Data extracted from a collection:
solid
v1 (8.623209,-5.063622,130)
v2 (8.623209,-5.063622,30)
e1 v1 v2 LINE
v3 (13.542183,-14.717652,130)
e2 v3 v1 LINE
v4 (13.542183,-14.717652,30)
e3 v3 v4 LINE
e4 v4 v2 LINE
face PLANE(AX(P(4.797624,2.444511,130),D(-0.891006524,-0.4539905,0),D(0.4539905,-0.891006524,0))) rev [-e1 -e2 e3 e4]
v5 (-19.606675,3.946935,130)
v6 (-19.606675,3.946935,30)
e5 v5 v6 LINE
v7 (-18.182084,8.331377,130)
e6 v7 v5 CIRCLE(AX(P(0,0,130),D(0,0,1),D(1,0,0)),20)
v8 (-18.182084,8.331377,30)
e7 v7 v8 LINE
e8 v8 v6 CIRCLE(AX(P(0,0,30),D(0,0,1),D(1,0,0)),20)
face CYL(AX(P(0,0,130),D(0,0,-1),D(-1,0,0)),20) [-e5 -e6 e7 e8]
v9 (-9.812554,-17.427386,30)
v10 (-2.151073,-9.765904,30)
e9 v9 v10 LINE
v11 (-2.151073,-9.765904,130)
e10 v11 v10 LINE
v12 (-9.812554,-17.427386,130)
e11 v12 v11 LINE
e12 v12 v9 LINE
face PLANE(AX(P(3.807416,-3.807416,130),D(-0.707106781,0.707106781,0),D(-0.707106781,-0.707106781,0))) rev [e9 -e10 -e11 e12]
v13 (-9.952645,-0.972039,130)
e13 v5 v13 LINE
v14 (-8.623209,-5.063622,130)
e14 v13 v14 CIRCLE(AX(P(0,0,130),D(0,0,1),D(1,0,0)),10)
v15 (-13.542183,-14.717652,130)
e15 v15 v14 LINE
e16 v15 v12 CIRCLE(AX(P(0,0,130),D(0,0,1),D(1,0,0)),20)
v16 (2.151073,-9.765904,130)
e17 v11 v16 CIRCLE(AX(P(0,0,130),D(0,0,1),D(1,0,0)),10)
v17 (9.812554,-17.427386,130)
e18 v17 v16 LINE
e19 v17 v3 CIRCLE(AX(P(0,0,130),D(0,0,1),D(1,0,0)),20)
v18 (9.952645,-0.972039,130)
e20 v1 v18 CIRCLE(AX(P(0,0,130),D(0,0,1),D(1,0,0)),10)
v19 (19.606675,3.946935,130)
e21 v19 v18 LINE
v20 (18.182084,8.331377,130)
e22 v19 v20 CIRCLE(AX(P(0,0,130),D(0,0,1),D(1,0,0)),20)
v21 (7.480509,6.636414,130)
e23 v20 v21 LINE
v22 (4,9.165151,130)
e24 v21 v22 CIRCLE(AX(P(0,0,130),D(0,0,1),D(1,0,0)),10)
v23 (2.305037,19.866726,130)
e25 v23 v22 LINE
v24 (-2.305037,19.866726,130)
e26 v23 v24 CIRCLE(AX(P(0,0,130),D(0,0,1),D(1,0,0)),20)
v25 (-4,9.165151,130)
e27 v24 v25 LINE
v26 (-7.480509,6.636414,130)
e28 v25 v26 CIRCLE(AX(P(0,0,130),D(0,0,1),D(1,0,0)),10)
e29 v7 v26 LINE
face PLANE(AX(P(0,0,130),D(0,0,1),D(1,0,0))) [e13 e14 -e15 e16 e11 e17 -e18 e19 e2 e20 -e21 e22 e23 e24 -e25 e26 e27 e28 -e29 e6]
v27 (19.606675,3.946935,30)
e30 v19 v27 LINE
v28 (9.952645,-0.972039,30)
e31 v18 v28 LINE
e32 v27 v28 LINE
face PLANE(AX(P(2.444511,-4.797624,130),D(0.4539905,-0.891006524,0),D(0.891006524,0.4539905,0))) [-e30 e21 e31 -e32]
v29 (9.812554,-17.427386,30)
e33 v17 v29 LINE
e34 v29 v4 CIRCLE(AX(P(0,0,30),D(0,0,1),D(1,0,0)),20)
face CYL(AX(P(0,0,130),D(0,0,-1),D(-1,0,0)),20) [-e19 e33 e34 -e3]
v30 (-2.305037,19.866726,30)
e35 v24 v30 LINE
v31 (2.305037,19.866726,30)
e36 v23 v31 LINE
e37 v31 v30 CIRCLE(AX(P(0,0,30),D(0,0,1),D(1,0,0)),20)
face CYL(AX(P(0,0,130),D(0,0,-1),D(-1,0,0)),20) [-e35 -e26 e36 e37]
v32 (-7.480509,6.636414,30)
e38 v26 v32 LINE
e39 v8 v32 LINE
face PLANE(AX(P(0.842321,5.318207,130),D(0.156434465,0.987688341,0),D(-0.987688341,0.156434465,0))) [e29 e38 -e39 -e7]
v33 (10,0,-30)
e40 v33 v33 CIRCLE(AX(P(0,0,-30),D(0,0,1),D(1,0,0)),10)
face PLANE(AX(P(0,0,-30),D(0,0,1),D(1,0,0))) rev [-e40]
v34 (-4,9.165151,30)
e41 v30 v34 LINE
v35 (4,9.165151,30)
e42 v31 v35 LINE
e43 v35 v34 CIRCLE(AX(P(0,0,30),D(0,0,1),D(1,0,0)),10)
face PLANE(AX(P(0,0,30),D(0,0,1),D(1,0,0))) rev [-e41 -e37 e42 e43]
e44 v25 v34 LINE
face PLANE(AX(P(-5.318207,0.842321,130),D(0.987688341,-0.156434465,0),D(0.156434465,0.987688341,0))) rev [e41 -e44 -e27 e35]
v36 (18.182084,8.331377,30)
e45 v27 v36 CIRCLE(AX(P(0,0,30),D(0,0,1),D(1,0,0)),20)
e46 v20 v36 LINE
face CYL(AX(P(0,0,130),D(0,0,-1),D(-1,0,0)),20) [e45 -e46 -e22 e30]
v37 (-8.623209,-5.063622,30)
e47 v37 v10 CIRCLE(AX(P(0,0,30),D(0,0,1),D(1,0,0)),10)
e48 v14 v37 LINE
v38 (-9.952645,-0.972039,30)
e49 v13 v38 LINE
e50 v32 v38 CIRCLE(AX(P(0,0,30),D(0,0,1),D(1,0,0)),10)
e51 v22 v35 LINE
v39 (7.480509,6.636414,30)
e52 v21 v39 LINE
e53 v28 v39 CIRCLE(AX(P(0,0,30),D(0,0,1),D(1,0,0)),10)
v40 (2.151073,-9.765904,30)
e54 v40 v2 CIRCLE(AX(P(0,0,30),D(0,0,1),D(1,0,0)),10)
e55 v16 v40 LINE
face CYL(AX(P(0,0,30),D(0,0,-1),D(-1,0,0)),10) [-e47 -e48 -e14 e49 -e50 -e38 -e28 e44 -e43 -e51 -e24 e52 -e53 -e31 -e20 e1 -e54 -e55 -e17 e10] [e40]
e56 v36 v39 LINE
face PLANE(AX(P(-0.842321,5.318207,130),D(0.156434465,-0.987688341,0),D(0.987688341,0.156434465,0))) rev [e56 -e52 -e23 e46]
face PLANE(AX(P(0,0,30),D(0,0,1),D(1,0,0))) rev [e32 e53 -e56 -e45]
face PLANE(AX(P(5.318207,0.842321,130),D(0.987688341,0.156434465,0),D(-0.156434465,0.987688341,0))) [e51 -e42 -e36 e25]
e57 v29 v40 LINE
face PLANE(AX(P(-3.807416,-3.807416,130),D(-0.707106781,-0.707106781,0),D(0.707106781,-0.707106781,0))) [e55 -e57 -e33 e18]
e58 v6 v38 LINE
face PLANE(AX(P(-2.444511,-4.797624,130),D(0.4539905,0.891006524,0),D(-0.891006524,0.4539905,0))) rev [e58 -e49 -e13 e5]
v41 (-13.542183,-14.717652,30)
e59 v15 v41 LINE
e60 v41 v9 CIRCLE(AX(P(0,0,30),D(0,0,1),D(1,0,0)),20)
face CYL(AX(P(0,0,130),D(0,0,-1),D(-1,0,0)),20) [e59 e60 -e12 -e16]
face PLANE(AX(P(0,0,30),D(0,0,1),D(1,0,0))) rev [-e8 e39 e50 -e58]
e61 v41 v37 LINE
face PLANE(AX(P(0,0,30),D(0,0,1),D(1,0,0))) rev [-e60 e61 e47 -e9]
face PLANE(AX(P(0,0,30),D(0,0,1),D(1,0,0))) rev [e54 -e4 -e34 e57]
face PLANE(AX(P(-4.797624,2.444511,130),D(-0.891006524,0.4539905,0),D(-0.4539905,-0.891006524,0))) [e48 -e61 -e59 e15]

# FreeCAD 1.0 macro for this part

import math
import FreeCAD as App
import Part
import Sketcher
from FreeCAD import Vector
Q = App.Units.Quantity

doc = App.newDocument("Part")
body = doc.addObject("PartDesign::Body", "Body")

sketch1 = body.newObject("Sketcher::SketchObject", "Sketch")
sketch1.AttachmentSupport = (doc.getObject("XY_Plane"), [""])
sketch1.MapMode = "FlatFace"
sketch1.addGeometry(Part.Circle(Vector(0, 0, 0), Vector(0, 0, 1), 10), False)
sketch1.addConstraint([
    Sketcher.Constraint("Coincident", 0, 3, -1, 1),
    Sketcher.Constraint("Diameter", 0, 20.0),
])
pad1 = body.newObject("PartDesign::Pad", "Pad")
pad1.Profile = sketch1
pad1.Length = 60
pad1.Midplane = True

sketch2 = body.newObject("Sketcher::SketchObject", "Sketch001")
sketch2.AttachmentSupport = (doc.getObject("XY_Plane"), [""])
sketch2.MapMode = "FlatFace"
sketch2.AttachmentOffset = App.Placement(Vector(0, 0, 30), App.Rotation())
sketch2.addGeometry([
    Part.ArcOfCircle(Part.Circle(Vector(0, 0, 0), Vector(0, 0, 1), 20), math.radians(83.38), math.radians(96.62)),
    Part.LineSegment(Vector(-2.3, 19.9, 0), Vector(-4, 9.2, 0)),
    Part.ArcOfCircle(Part.Circle(Vector(0, 0, 0), Vector(0, 0, 1), 10), math.radians(114), math.radians(138)),
    Part.LineSegment(Vector(-7.5, 6.6, 0), Vector(-18.2, 8.3, 0)),
    Part.ArcOfCircle(Part.Circle(Vector(0, 0, 0), Vector(0, 0, 1), 20), math.radians(155.38), math.radians(168.62)),
    Part.LineSegment(Vector(-19.6, 3.9, 0), Vector(-10, -1, 0)),
    Part.ArcOfCircle(Part.Circle(Vector(0, 0, 0), Vector(0, 0, 1), 10), math.radians(-174), math.radians(-150)),
    Part.LineSegment(Vector(-8.6, -5.1, 0), Vector(-13.5, -14.7, 0)),
    Part.ArcOfCircle(Part.Circle(Vector(0, 0, 0), Vector(0, 0, 1), 20), math.radians(-132.62), math.radians(-119.38)),
    Part.LineSegment(Vector(-9.8, -17.4, 0), Vector(-2.2, -9.8, 0)),
    Part.ArcOfCircle(Part.Circle(Vector(0, 0, 0), Vector(0, 0, 1), 10), math.radians(-102), math.radians(-78)),
    Part.LineSegment(Vector(2.2, -9.8, 0), Vector(9.8, -17.4, 0)),
    Part.ArcOfCircle(Part.Circle(Vector(0, 0, 0), Vector(0, 0, 1), 20), math.radians(-60.62), math.radians(-47.38)),
    Part.LineSegment(Vector(13.5, -14.7, 0), Vector(8.6, -5.1, 0)),
    Part.ArcOfCircle(Part.Circle(Vector(0, 0, 0), Vector(0, 0, 1), 10), math.radians(-30), math.radians(-6)),
    Part.LineSegment(Vector(10, -1, 0), Vector(19.6, 3.9, 0)),
    Part.ArcOfCircle(Part.Circle(Vector(0, 0, 0), Vector(0, 0, 1), 20), math.radians(11.38), math.radians(24.62)),
    Part.LineSegment(Vector(18.2, 8.3, 0), Vector(7.5, 6.6, 0)),
    Part.ArcOfCircle(Part.Circle(Vector(0, 0, 0), Vector(0, 0, 1), 10), math.radians(42), math.radians(66)),
    Part.LineSegment(Vector(4, 9.2, 0), Vector(2.3, 19.9, 0)),
], False)
sketch2.addConstraint([
    Sketcher.Constraint("Coincident", 0, 2, 1, 1),
    Sketcher.Constraint("Coincident", 1, 2, 2, 1),
    Sketcher.Constraint("Coincident", 2, 2, 3, 1),
    Sketcher.Constraint("Coincident", 3, 2, 4, 1),
    Sketcher.Constraint("Coincident", 4, 2, 5, 1),
    Sketcher.Constraint("Coincident", 5, 2, 6, 1),
    Sketcher.Constraint("Coincident", 6, 2, 7, 1),
    Sketcher.Constraint("Coincident", 7, 2, 8, 1),
    Sketcher.Constraint("Coincident", 8, 2, 9, 1),
    Sketcher.Constraint("Coincident", 9, 2, 10, 1),
    Sketcher.Constraint("Coincident", 10, 2, 11, 1),
    Sketcher.Constraint("Coincident", 11, 2, 12, 1),
    Sketcher.Constraint("Coincident", 12, 2, 13, 1),
    Sketcher.Constraint("Coincident", 13, 2, 14, 1),
    Sketcher.Constraint("Coincident", 14, 2, 15, 1),
    Sketcher.Constraint("Coincident", 15, 2, 16, 1),
    Sketcher.Constraint("Coincident", 16, 2, 17, 1),
    Sketcher.Constraint("Coincident", 17, 2, 18, 1),
    Sketcher.Constraint("Coincident", 18, 2, 19, 1),
    Sketcher.Constraint("Coincident", 19, 2, 0, 1),
    Sketcher.Constraint("Coincident", 0, 3, -1, 1),
    Sketcher.Constraint("Coincident", 2, 3, -1, 1),
    Sketcher.Constraint("Coincident", 4, 3, -1, 1),
    Sketcher.Constraint("Coincident", 6, 3, -1, 1),
    Sketcher.Constraint("Coincident", 8, 3, -1, 1),
    Sketcher.Constraint("Coincident", 10, 3, -1, 1),
    Sketcher.Constraint("Coincident", 12, 3, -1, 1),
    Sketcher.Constraint("Coincident", 14, 3, -1, 1),
    Sketcher.Constraint("Coincident", 16, 3, -1, 1),
    Sketcher.Constraint("Coincident", 18, 3, -1, 1),
    Sketcher.Constraint("Equal", 0, 4),
    Sketcher.Constraint("Equal", 2, 6),
    Sketcher.Constraint("Equal", 4, 8),
    Sketcher.Constraint("Equal", 6, 10),
    Sketcher.Constraint("Equal", 8, 12),
    Sketcher.Constraint("Equal", 10, 14),
    Sketcher.Constraint("Equal", 12, 16),
    Sketcher.Constraint("Equal", 14, 18),
    Sketcher.Constraint("Perpendicular", 1, 3),
    Sketcher.Constraint("Perpendicular", 5, 7),
    Sketcher.Constraint("Perpendicular", 9, 11),
    Sketcher.Constraint("Perpendicular", 13, 15),
    Sketcher.Constraint("Perpendicular", 17, 19),
    Sketcher.Constraint("Horizontal", 9, 2, 10, 2),
    Sketcher.Constraint("Horizontal", 8, 2, 11, 2),
    Sketcher.Constraint("Horizontal", 7, 2, 12, 2),
    Sketcher.Constraint("Horizontal", 6, 2, 13, 2),
    Sketcher.Constraint("Horizontal", 5, 2, 14, 2),
    Sketcher.Constraint("Horizontal", 3, 2, 16, 2),
    Sketcher.Constraint("Horizontal", 2, 2, 17, 2),
    Sketcher.Constraint("Horizontal", 1, 2, 18, 2),
    Sketcher.Constraint("Equal", 1, 3),
    Sketcher.Constraint("Equal", 3, 5),
    Sketcher.Constraint("Equal", 5, 7),
    Sketcher.Constraint("Equal", 7, 9),
    Sketcher.Constraint("Radius", 0, 20.0),
    Sketcher.Constraint("Radius", 2, 10.0),
    Sketcher.Constraint("Angle", 1, Q("-99 deg")),
    Sketcher.Constraint("Angle", 5, Q("-27 deg")),
    Sketcher.Constraint("DistanceX", 1, 2, -1, 1, 4.0),
])
pad2 = body.newObject("PartDesign::Pad", "Pad001")
pad2.Profile = sketch2
pad2.Length = 100

doc.recompute()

*Problem requirements*. Looking back over the data above, restate word for word the lines that begin at the line with "v5 (-19.606675,3.946935,130)" and end at the line with "e14 v13 v14", inclusive.

*Response below*.
v5 (-19.606675,3.946935,130)
v6 (-19.606675,3.946935,30)
e5 v5 v6 LINE
v7 (-18.182084,8.331377,130)
e6 v7 v5 CIRCLE(AX(P(0,0,130),D(0,0,1),D(1,0,0)),20)
v8 (-18.182084,8.331377,30)
e7 v7 v8 LINE
e8 v8 v6 CIRCLE(AX(P(0,0,30),D(0,0,1),D(1,0,0)),20)
face CYL(AX(P(0,0,130),D(0,0,-1),D(-1,0,0)),20) [-e5 -e6 e7 e8]
v9 (-9.812554,-17.427386,30)
v10 (-2.151073,-9.765904,30)
e9 v9 v10 LINE
v11 (-2.151073,-9.765904,130)
e10 v11 v10 LINE
v12 (-9.812554,-17.427386,130)
e11 v12 v11 LINE
e12 v12 v9 LINE
face PLANE(AX(P(3.807416,-3.807416,130),D(-0.707106781,0.707106781,0),D(-0.707106781,-0.707106781,0))) rev [e9 -e10 -e11 e12]
v13 (-9.952645,-0.972039,130)
e13 v5 v13 LINE
v14 (-8.623209,-5.063622,130)
e14 v13 v14 CIRCLE(AX(P(0,0,130),D(0,0,1),D(1,0,0)),10)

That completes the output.